Source: Cointelegraph
Original: “Stablecoins Seen as Ideal Choice for Real-Time Collateral Management”
Cryptocurrencies and stablecoins are increasingly recognized in the traditional finance (TradFi) sector for their ability to streamline payment processes and enhance the efficiency of existing financial systems.
In finance, collateral management refers to the process of managing the underlying collateral that secures other financial transactions, such as loans or derivatives, to mitigate credit risk and ensure smooth execution of trades.
According to a recent pilot study by DTCC Digital Assets, digital assets like stablecoins are the “perfect” financial tool for real-time collateral management, indicating that digital assets, particularly stablecoins, can modernize and simplify this critical function.
Joseph Spiro, Director of Digital Asset Products at DTCC, stated during a panel discussion at the 2025 Consensus conference: “Digital assets are indeed the perfect use case for collateral management, whether it’s for uncleared derivatives, cleared derivatives, central counterparties, repos, or any other type of collateral.”
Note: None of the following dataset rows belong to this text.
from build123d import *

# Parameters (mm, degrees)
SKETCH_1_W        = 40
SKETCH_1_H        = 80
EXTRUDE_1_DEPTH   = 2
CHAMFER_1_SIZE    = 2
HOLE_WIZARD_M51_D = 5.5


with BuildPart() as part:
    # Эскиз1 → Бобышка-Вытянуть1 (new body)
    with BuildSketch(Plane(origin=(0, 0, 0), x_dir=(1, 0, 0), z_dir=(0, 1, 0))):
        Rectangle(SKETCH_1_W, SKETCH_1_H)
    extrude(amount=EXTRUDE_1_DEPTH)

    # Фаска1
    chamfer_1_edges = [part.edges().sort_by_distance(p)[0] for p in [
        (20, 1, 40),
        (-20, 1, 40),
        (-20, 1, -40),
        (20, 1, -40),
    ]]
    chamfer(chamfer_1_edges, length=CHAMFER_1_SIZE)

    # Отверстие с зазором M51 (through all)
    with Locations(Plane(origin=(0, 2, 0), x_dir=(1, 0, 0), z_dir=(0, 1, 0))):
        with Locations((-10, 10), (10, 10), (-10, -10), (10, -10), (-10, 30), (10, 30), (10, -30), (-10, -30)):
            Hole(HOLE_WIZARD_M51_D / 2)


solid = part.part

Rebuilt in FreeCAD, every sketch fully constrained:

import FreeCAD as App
import Part
import Sketcher
from FreeCAD import Vector


def edges_at(feature, points):
    """Names of the edges that pass closest to the given points."""
    edges = feature.Shape.Edges
    near = lambda p: min(range(len(edges)), key=lambda i: edges[i].distToShape(Part.Vertex(*p))[0])
    return sorted({f"Edge{near(p) + 1}" for p in points})

doc = App.newDocument("Part")
body = doc.addObject("PartDesign::Body", "Body")

sketch1 = doc.addObject("Sketcher::SketchObject", "Sketch")
body.addObject(sketch1)
sketch1.AttachmentSupport = (doc.XZ_Plane, [""])
sketch1.MapMode = "FlatFace"
sketch1.addGeometry([
    Part.LineSegment(Vector(-20, -40, 0), Vector(-20, 40, 0)),
    Part.LineSegment(Vector(-20, 40, 0), Vector(20, 40, 0)),
    Part.LineSegment(Vector(20, 40, 0), Vector(20, -40, 0)),
    Part.LineSegment(Vector(20, -40, 0), Vector(-20, -40, 0)),
], False)
sketch1.addConstraint([
    Sketcher.Constraint("Coincident", 0, 2, 1, 1),
    Sketcher.Constraint("Coincident", 1, 2, 2, 1),
    Sketcher.Constraint("Coincident", 2, 2, 3, 1),
    Sketcher.Constraint("Coincident", 3, 2, 0, 1),
    Sketcher.Constraint("Vertical", 0),
    Sketcher.Constraint("Horizontal", 1),
    Sketcher.Constraint("Vertical", 2),
    Sketcher.Constraint("Horizontal", 3),
    Sketcher.Constraint("Symmetric", 0, 2, 2, 2, -1, 1),
    Sketcher.Constraint("DistanceX", 1, 1, 1, 2, 40.0),
    Sketcher.Constraint("DistanceY", 0, 1, 0, 2, 80.0),
])
pad1 = doc.addObject("PartDesign::Pad", "Pad")
body.addObject(pad1)
pad1.Profile = sketch1
pad1.Length = 2
pad1.Reversed = True
doc.recompute()

chamfer = doc.addObject("PartDesign::Chamfer", "Chamfer")
body.addObject(chamfer)
chamfer.Base = (pad1, edges_at(pad1, [
    (20, 1, 40),
    (-20, 1, 40),
    (-20, 1, -40),
    (20, 1, -40),
]))
chamfer.Size = 2

sketch2 = doc.addObject("Sketcher::SketchObject", "Sketch001")
body.addObject(sketch2)
sketch2.AttachmentSupport = (doc.XZ_Plane, [""])
sketch2.MapMode = "FlatFace"
sketch2.AttachmentOffset = App.Placement(Vector(0, 0, -2), App.Rotation())
sketch2.addGeometry([
    Part.Circle(Vector(-10, -10, 0), Vector(0, 0, 1), 2.8),
    Part.Circle(Vector(10, -10, 0), Vector(0, 0, 1), 2.8),
    Part.Circle(Vector(-10, 10, 0), Vector(0, 0, 1), 2.8),
    Part.Circle(Vector(10, 10, 0), Vector(0, 0, 1), 2.8),
    Part.Circle(Vector(-10, -30, 0), Vector(0, 0, 1), 2.8),
    Part.Circle(Vector(10, -30, 0), Vector(0, 0, 1), 2.8),
    Part.Circle(Vector(10, 30, 0), Vector(0, 0, 1), 2.8),
    Part.Circle(Vector(-10, 30, 0), Vector(0, 0, 1), 2.8),
], False)
sketch2.addConstraint([
    Sketcher.Constraint("Equal", 0, 1),
    Sketcher.Constraint("Equal", 1, 2),
    Sketcher.Constraint("Equal", 2, 3),
    Sketcher.Constraint("Equal", 3, 4),
    Sketcher.Constraint("Equal", 4, 5),
    Sketcher.Constraint("Equal", 5, 6),
    Sketcher.Constraint("Equal", 6, 7),
    Sketcher.Constraint("Symmetric", 1, 3, 2, 3, -1, 1),
    Sketcher.Constraint("Symmetric", 0, 3, 3, 3, -1, 1),
    Sketcher.Constraint("Symmetric", 4, 3, 6, 3, -1, 1),
    Sketcher.Constraint("Symmetric", 5, 3, 7, 3, -1, 1),
    Sketcher.Constraint("Symmetric", 0, 3, 1, 3, -2),
    Sketcher.Constraint("Symmetric", 4, 3, 5, 3, -2),
    Sketcher.Constraint("Vertical", 2, 3, 4, 3),
    Sketcher.Constraint("Diameter", 0, 5.5),
    Sketcher.Constraint("DistanceX", 0, 3, -1, 1, 10.0),
    Sketcher.Constraint("DistanceY", 0, 3, -1, 1, 10.0),
    Sketcher.Constraint("DistanceY", 4, 3, -1, 1, 30.0),
])
doc.recompute()
hole = doc.addObject("PartDesign::Hole", "Hole")
body.addObject(hole)
hole.Profile = sketch2
hole.ThreadType = "None"
hole.Diameter = 5.5
hole.DepthType = "ThroughAll"
hole.Reversed = True

doc.recompute()
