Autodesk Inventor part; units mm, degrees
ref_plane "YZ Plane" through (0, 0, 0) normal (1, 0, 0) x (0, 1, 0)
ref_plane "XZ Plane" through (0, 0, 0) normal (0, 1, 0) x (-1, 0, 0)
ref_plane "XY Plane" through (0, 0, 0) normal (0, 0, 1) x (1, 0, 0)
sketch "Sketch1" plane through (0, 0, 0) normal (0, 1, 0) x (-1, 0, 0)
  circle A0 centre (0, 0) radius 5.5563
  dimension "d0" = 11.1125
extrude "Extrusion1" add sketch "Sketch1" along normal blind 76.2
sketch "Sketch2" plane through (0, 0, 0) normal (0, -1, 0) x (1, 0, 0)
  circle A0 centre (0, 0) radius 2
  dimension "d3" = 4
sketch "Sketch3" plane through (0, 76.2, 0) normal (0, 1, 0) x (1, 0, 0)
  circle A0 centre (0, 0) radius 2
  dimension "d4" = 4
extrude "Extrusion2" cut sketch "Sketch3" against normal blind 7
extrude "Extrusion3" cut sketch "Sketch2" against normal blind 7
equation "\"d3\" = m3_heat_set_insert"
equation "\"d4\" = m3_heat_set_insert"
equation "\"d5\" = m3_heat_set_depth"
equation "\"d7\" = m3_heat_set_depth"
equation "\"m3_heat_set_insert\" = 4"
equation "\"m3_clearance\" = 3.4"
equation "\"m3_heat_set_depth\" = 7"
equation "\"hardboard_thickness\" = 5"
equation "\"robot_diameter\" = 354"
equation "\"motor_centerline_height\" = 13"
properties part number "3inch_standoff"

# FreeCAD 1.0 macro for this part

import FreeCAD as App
import Part
import Sketcher

V = App.Vector
Q = App.Units.Quantity

doc = App.newDocument("Part")
params = doc.addObject("Spreadsheet::Sheet", "Params")
for row, (alias, value) in enumerate([
    ("sketch1_diameter", "0.4375 in"),
    ("pad1_length", "3 in"),
    ("pocket1_length", "0.2755906 in"),
    ("pocket2_length", "0.2755906 in"),
], start=1):
    params.set(f"A{row}", alias)
    params.set(f"B{row}", "=" + value)
    params.setAlias(f"B{row}", alias)

body = doc.addObject("PartDesign::Body", "Body")

# Sketch on XZ plane
sketch1 = body.newObject("Sketcher::SketchObject", "Sketch")
sketch1.AttachmentSupport = (doc.getObject("XZ_Plane"), [""])
sketch1.MapMode = "FlatFace"
sketch1.addGeometry(Part.Circle(V(0, 0, 0), V(0, 0, 1), 6), False)
sketch1.addConstraint([
    Sketcher.Constraint("Coincident", 0, 3, -1, 1),
    Sketcher.Constraint("Diameter", 0, Q("0.4375 in")),
])
sketch1.setExpression("Constraints[1]", "Params.sketch1_diameter")
pad1 = body.newObject("PartDesign::Pad", "Pad")
pad1.Profile = sketch1
pad1.setExpression("Length", "Params.pad1_length")
pad1.Reversed = True

# Sketch on XZ plane
sketch2 = body.newObject("Sketcher::SketchObject", "Sketch001")
sketch2.AttachmentSupport = (doc.getObject("XZ_Plane"), [""])
sketch2.MapMode = "FlatFace"
sketch2.AttachmentOffset = App.Placement(V(0, 0, -3 * 25.4), App.Rotation())
sketch2.addGeometry(Part.Circle(V(0, 0, 0), V(0, 0, 1), 2), False)
sketch2.addConstraint([
    Sketcher.Constraint("Coincident", 0, 3, -1, 1),
    Sketcher.Constraint("Diameter", 0, 4.0),
])
pocket1 = body.newObject("PartDesign::Pocket", "Pocket")
pocket1.Profile = sketch2
pocket1.setExpression("Length", "Params.pocket1_length")
pocket1.Reversed = True

# Sketch on XZ plane
sketch3 = body.newObject("Sketcher::SketchObject", "Sketch002")
sketch3.AttachmentSupport = (doc.getObject("XZ_Plane"), [""])
sketch3.MapMode = "FlatFace"
sketch3.addGeometry(Part.Circle(V(0, 0, 0), V(0, 0, 1), 2), False)
sketch3.addConstraint([
    Sketcher.Constraint("Coincident", 0, 3, -1, 1),
    Sketcher.Constraint("Diameter", 0, 4.0),
])
pocket2 = body.newObject("PartDesign::Pocket", "Pocket001")
pocket2.Profile = sketch3
pocket2.setExpression("Length", "Params.pocket2_length")

doc.recompute()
Due to strict requirements for locked collateral, collateral management necessitates complex manual processes, where these collaterals can only be released to the appropriate parties at predetermined intervals.
Spiro noted, “With digital assets and smart contracts, all of this can be done better, faster, and more efficiently.” He added, “All manual processing can disappear.”
This pilot, dubbed the “Great Collateral Experiment,” comes at a time when U.S. policymakers are working to establish a clear regulatory framework for stablecoins.
On May 14, at least 60 top cryptocurrency founders gathered in Washington, D.C., to support the “Guidance and Establishment of a National Stablecoin Innovation Act” (GENIUS Act). The bill failed to garner enough support from Democrats on May 8.
The GENIUS Act aims to establish collateral guidelines for stablecoin issuers while requiring full compliance with anti-money laundering laws.
The bill stalled on May 8 due to a lack of support from key Democrats, some of whom expressed concerns that U.S. President Donald Trump might profit from digital assets through his crypto-related businesses.
According to Kyle Hauptman, Chairman of the National Credit Union Administration, incorporating stablecoins into traditional fiat-backed loans could further simplify TradFi processes.
Hauptman stated during the same panel discussion that the programmability of stablecoins could make the loan repayment process more transparent and streamlined for all participants, which is currently a “clunky end-of-month settlement process.” He added:
“Stablecoins and their programmability can make this process very easy.”
“We not only make it easier for credit unions to settle these things, but you can handle smaller amounts, and borrowers should get a better deal here because this thing now has some characteristics of large bond issuances. It is now liquid,” he said.
Another piece of legislation—the “Stablecoin Transparency and Accountability Act” (STABLE Act)—passed the House Financial Services Committee on April 2 with a vote of 32 to 17. The bill is awaiting arrangements for debate and a full vote in the House.